* **Stored data**:

==*==

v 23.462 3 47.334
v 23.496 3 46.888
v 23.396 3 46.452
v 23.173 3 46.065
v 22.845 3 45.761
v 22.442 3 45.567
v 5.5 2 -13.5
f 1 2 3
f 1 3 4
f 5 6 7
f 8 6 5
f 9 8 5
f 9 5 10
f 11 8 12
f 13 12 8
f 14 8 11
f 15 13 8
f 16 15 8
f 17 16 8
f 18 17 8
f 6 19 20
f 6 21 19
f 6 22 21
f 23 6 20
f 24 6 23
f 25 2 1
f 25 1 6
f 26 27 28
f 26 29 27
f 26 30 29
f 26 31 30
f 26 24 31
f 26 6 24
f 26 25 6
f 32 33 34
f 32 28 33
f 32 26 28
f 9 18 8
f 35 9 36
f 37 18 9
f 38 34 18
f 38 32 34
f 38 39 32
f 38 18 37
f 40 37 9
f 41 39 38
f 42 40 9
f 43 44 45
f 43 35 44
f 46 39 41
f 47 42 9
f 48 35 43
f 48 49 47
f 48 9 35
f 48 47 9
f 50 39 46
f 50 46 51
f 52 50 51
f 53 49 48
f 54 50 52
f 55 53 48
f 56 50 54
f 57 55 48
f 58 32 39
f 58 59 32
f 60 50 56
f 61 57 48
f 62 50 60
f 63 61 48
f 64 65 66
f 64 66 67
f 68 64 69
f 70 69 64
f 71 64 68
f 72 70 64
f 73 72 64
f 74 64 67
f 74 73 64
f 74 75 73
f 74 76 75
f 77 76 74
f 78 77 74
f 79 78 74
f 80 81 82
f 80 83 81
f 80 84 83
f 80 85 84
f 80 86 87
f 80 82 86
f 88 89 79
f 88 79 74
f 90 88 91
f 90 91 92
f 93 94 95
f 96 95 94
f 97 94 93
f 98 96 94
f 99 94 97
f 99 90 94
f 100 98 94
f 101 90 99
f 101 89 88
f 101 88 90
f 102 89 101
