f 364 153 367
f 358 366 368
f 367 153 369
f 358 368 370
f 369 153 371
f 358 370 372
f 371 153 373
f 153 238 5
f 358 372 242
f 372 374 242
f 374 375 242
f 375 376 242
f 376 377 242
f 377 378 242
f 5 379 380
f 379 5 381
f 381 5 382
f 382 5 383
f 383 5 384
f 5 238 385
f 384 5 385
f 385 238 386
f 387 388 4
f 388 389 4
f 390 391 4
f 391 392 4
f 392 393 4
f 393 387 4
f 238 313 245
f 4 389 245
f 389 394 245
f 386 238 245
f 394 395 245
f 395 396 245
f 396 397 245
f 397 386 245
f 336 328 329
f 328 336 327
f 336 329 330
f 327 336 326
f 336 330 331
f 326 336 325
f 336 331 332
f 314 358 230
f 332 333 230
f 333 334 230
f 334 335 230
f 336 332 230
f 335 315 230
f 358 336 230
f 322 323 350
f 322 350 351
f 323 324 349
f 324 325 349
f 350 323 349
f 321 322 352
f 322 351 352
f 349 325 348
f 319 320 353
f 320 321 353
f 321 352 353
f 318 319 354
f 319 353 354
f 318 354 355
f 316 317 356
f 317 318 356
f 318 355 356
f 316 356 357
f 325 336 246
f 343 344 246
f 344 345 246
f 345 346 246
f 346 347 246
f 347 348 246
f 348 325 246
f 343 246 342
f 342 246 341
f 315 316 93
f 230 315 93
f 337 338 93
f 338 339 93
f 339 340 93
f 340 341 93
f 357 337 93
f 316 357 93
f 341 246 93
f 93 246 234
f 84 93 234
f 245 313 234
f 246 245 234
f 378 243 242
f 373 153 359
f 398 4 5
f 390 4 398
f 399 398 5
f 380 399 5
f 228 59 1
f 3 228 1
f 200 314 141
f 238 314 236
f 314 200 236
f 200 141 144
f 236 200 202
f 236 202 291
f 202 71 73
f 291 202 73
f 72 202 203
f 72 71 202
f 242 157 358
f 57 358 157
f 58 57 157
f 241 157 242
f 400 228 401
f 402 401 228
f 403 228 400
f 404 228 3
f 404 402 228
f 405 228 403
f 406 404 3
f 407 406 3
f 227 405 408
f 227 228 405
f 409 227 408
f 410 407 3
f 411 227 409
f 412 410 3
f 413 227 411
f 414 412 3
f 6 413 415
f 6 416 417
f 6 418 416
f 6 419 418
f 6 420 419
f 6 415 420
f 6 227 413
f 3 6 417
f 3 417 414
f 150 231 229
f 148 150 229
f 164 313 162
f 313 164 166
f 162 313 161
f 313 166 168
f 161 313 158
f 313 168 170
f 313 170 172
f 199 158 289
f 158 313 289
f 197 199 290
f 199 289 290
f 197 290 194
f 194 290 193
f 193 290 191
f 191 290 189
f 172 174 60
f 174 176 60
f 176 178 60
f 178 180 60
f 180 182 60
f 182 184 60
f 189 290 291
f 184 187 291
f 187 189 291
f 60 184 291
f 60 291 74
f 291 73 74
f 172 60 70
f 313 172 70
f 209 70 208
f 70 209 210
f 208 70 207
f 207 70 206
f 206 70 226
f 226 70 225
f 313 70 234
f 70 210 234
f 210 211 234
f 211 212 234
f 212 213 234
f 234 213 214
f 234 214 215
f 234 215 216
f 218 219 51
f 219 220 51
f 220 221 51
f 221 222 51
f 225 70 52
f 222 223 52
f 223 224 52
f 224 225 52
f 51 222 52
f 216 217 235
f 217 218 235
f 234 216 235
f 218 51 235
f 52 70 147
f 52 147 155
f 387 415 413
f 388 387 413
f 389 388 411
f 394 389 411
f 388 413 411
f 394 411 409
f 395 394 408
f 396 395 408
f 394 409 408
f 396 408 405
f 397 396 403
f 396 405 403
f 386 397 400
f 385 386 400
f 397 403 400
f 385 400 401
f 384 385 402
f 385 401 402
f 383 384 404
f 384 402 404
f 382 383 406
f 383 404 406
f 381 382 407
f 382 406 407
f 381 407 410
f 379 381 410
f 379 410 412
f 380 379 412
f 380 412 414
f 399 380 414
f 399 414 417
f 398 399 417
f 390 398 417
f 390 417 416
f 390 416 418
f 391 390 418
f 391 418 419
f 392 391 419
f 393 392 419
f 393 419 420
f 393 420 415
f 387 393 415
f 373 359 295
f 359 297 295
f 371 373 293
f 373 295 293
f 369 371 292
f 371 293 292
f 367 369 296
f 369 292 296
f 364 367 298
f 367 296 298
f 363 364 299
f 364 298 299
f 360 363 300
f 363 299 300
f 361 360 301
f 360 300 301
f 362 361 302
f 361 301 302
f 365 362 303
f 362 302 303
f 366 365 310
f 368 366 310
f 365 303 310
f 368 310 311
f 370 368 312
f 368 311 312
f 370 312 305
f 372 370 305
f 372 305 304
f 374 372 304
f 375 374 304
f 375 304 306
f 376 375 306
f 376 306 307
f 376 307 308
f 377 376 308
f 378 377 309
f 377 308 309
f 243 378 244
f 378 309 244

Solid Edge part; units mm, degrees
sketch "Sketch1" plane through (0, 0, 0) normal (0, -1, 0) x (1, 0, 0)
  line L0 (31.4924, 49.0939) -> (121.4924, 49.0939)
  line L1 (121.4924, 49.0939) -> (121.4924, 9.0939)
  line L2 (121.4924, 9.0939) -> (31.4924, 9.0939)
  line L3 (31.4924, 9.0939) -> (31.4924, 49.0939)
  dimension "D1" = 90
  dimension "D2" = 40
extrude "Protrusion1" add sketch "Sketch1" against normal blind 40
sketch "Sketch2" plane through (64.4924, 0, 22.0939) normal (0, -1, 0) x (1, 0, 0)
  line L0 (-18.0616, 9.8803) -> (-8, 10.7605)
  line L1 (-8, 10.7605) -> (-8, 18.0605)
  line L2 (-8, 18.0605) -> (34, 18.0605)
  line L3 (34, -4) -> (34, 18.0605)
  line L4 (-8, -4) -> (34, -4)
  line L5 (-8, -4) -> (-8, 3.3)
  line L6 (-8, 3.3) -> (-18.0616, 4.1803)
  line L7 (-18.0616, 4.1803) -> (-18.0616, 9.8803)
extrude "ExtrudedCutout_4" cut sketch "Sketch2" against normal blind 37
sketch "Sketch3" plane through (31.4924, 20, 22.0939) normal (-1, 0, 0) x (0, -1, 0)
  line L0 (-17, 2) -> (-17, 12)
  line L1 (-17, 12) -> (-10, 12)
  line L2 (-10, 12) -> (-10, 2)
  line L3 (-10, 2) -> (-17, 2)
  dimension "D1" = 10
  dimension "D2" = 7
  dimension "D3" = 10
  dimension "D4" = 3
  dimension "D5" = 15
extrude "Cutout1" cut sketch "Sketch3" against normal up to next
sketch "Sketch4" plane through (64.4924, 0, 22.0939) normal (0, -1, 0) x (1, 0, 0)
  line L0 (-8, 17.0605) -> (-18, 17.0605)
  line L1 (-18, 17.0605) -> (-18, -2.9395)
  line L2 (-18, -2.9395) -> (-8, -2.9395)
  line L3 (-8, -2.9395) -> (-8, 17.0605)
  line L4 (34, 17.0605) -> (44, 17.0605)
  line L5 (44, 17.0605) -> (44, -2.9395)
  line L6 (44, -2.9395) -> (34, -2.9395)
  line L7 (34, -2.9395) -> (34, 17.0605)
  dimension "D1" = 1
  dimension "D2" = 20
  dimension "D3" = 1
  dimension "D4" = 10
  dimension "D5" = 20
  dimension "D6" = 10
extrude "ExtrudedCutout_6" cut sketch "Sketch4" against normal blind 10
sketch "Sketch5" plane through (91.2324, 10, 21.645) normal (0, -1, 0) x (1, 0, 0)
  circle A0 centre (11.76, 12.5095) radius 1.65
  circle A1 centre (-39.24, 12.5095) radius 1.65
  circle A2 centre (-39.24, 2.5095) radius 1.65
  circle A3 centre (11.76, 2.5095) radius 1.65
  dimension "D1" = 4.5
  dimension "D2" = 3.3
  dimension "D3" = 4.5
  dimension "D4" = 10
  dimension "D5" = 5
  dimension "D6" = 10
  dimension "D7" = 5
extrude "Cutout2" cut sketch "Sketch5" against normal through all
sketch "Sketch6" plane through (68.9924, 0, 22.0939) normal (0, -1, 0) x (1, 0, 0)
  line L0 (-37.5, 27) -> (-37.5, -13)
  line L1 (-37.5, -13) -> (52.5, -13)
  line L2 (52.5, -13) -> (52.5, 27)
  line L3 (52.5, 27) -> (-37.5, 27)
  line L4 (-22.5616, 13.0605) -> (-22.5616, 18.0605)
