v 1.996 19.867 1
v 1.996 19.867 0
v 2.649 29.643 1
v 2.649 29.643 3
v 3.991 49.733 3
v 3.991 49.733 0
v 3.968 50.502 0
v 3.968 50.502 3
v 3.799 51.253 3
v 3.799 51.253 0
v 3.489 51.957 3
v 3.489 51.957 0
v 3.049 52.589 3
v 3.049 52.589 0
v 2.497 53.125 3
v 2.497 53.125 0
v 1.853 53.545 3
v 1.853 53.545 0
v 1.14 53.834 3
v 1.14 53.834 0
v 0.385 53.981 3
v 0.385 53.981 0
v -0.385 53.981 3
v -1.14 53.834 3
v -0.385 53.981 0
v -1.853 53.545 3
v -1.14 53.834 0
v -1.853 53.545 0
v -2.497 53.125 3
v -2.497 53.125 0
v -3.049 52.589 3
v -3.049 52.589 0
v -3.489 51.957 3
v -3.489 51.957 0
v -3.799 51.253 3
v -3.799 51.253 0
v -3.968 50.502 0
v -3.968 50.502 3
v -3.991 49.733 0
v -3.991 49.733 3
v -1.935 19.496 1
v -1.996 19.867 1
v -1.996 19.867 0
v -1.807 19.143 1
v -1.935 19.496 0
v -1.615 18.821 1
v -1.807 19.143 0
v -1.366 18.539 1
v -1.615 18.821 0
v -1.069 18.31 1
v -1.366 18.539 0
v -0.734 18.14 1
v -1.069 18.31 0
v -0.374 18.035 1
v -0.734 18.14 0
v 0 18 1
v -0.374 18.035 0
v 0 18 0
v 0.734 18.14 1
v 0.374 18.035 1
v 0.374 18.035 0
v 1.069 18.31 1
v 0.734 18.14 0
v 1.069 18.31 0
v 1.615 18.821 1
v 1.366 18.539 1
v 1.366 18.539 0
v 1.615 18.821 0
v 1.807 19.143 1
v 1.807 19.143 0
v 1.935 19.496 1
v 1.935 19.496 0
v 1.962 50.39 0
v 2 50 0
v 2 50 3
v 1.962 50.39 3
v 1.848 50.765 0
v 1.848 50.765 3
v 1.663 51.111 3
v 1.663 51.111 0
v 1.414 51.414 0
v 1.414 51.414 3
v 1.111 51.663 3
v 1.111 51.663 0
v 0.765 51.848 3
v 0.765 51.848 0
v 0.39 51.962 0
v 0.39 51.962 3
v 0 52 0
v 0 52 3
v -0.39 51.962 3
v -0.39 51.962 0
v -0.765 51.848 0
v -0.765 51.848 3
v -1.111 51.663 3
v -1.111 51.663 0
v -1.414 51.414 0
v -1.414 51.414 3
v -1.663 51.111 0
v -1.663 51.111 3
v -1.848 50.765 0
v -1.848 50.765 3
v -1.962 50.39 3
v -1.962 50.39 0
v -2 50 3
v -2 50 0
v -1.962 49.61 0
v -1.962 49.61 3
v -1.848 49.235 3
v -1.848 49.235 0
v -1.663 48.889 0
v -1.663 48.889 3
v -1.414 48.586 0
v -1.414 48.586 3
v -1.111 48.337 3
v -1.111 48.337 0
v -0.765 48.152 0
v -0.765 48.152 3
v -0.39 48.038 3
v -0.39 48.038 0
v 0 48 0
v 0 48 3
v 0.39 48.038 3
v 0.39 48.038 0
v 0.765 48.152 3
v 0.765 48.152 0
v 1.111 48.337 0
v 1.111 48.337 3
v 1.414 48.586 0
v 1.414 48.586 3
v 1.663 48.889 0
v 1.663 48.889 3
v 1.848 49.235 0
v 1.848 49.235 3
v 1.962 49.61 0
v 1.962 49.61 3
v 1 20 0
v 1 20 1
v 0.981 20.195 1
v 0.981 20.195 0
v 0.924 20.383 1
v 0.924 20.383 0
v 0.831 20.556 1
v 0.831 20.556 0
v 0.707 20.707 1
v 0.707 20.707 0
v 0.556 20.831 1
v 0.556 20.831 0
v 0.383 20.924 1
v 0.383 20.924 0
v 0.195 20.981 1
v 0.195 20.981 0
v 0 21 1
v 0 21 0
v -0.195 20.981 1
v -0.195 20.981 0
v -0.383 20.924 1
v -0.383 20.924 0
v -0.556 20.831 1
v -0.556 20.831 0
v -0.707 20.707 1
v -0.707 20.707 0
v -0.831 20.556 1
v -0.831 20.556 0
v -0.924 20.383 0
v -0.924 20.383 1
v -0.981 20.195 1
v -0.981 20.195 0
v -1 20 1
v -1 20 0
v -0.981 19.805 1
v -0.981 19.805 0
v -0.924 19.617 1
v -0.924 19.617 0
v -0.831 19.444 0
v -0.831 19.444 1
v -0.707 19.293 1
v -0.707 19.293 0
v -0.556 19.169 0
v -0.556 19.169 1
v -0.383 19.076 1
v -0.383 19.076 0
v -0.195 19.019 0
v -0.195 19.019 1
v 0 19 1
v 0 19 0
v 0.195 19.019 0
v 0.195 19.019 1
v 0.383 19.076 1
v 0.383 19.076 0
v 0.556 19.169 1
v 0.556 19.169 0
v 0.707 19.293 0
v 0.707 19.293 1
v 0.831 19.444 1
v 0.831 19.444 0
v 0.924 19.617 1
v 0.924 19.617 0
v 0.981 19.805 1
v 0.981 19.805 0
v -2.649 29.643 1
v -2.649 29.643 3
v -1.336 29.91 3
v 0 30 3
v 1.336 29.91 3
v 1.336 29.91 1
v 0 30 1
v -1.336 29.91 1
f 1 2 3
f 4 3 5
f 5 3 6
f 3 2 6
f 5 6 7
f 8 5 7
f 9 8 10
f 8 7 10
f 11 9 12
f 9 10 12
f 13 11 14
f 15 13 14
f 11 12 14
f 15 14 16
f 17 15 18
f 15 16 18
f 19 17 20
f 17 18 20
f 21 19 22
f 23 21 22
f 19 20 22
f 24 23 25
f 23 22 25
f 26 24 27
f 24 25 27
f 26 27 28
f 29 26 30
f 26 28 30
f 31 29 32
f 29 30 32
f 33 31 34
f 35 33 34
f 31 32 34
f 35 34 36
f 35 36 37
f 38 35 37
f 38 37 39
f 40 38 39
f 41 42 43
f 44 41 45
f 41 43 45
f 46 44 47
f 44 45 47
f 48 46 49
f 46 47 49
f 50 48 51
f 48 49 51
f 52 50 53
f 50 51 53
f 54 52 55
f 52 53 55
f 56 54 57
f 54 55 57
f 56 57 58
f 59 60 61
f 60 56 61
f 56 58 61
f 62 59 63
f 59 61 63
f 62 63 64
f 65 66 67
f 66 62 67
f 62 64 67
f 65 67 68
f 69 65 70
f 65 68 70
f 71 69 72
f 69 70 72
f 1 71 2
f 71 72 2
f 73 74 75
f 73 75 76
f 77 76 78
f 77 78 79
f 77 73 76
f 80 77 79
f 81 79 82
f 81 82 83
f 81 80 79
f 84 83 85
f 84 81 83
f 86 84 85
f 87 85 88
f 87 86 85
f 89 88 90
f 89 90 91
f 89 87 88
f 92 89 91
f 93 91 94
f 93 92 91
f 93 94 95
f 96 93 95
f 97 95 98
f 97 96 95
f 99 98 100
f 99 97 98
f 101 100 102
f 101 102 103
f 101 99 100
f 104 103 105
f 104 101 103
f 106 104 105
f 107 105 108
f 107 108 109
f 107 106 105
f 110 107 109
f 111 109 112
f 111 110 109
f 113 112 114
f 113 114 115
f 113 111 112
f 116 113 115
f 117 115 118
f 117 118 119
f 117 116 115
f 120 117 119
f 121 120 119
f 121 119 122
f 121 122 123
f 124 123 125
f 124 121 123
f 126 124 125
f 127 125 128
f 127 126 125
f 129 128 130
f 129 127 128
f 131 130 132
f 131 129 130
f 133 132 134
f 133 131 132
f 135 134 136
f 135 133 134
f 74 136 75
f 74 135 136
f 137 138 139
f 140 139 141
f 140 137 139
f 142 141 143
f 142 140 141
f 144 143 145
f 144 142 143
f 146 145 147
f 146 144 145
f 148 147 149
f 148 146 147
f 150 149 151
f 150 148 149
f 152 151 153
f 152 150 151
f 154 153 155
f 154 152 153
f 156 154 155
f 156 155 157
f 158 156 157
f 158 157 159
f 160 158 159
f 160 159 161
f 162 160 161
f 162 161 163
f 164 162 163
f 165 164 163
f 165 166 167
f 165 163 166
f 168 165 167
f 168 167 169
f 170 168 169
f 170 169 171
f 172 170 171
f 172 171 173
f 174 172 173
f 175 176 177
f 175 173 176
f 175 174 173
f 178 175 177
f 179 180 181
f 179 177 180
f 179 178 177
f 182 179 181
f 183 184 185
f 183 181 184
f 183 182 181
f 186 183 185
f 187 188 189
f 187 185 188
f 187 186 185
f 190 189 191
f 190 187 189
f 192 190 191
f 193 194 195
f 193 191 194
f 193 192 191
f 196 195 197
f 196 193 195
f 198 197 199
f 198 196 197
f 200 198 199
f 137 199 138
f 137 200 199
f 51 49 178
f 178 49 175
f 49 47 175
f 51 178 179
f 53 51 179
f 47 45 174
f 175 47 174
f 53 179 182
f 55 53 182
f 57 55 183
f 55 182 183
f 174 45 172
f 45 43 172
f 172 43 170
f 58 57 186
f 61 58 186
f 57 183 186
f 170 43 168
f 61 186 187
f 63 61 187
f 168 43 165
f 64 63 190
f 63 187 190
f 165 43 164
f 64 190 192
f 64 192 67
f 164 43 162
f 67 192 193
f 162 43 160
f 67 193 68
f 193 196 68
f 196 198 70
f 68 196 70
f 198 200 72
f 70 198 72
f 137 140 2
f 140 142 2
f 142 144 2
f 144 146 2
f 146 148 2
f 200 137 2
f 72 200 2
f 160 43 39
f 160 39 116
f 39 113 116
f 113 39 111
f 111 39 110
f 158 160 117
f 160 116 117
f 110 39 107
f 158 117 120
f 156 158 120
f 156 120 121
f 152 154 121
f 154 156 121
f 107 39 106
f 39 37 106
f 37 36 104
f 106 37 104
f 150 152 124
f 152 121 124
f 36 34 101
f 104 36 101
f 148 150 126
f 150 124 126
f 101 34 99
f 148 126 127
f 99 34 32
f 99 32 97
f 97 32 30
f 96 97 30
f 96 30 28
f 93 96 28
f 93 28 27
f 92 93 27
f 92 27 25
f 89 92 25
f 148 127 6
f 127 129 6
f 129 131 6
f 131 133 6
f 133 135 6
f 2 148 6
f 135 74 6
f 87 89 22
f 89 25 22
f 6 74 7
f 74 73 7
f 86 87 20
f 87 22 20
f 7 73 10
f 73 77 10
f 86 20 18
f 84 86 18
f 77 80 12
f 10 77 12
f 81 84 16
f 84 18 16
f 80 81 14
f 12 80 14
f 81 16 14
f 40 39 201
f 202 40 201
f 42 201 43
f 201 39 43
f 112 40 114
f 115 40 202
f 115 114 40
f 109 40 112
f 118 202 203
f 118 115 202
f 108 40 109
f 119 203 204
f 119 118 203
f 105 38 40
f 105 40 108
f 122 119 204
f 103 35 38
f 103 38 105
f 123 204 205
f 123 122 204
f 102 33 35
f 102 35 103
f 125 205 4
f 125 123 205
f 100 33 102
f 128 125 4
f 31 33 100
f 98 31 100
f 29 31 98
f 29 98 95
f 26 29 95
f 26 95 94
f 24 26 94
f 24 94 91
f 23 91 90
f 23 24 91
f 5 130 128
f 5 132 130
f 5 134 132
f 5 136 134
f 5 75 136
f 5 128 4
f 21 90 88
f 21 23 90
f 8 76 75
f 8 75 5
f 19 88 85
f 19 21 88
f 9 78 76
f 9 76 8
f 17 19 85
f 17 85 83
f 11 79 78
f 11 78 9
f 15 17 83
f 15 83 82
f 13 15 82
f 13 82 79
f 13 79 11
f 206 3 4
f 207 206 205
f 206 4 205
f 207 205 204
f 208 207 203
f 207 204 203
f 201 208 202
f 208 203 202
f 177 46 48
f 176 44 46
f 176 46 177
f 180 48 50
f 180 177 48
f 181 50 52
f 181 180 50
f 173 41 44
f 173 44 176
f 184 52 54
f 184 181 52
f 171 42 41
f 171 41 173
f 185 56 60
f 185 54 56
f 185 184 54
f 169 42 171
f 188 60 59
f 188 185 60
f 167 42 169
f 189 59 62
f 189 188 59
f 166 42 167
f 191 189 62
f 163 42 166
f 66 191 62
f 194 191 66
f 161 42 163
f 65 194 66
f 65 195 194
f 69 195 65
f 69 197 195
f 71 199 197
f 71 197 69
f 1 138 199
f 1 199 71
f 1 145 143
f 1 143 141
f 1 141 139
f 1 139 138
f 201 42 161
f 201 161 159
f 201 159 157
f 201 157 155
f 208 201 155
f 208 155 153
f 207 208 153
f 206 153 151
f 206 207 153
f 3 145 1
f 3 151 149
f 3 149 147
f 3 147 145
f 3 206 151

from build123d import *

# Parameters (mm, degrees)
SKETCH1_R           = 2
SKETCH1_R_2         = 1
BOSS_EXTRUDE1_DEPTH = 3
SKETCH2_R           = 10
CUT_EXTRUDE1_DEPTH  = 2


with BuildPart() as part:
    # Sketch1 → Boss-Extrude1 (new body)
    with BuildSketch(Plane.XY):
        with BuildLine():
            Line((1.995550606, 19.866666667), (3.991101213, 49.733333333))
            ThreePointArc((3.991101213, 49.733333333), (0, 54), (-3.991101213, 49.733333333))
            Line((-3.991101213, 49.733333333), (-1.995550606, 19.866666667))
            ThreePointArc((-1.995550606, 19.866666667), (0, 18), (1.995550606, 19.866666667))
        make_face()
        with Locations((0, 50)):
            Circle(SKETCH1_R, mode=Mode.SUBTRACT)
        with Locations((0, 20)):
            Circle(SKETCH1_R_2, mode=Mode.SUBTRACT)
    extrude(amount=BOSS_EXTRUDE1_DEPTH)

    # Sketch2 → Cut-Extrude1 (cut)
    with BuildSketch(Plane.XY.offset(3)):
        with Locations((0, 20)):
            Circle(SKETCH2_R)
    extrude(amount=-CUT_EXTRUDE1_DEPTH, mode=Mode.SUBTRACT)


solid = part.part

==*==

Copy the lines of the entries above that mention "against".

* **ANSWER TO THE PROBLEM**:
extrude "Protrusion1" add sketch "Sketch1" against normal blind 40
extrude "ExtrudedCutout_4" cut sketch "Sketch2" against normal blind 37
extrude "Cutout1" cut sketch "Sketch3" against normal up to next
extrude "ExtrudedCutout_6" cut sketch "Sketch4" against normal blind 10
extrude "Cutout2" cut sketch "Sketch5" against normal through all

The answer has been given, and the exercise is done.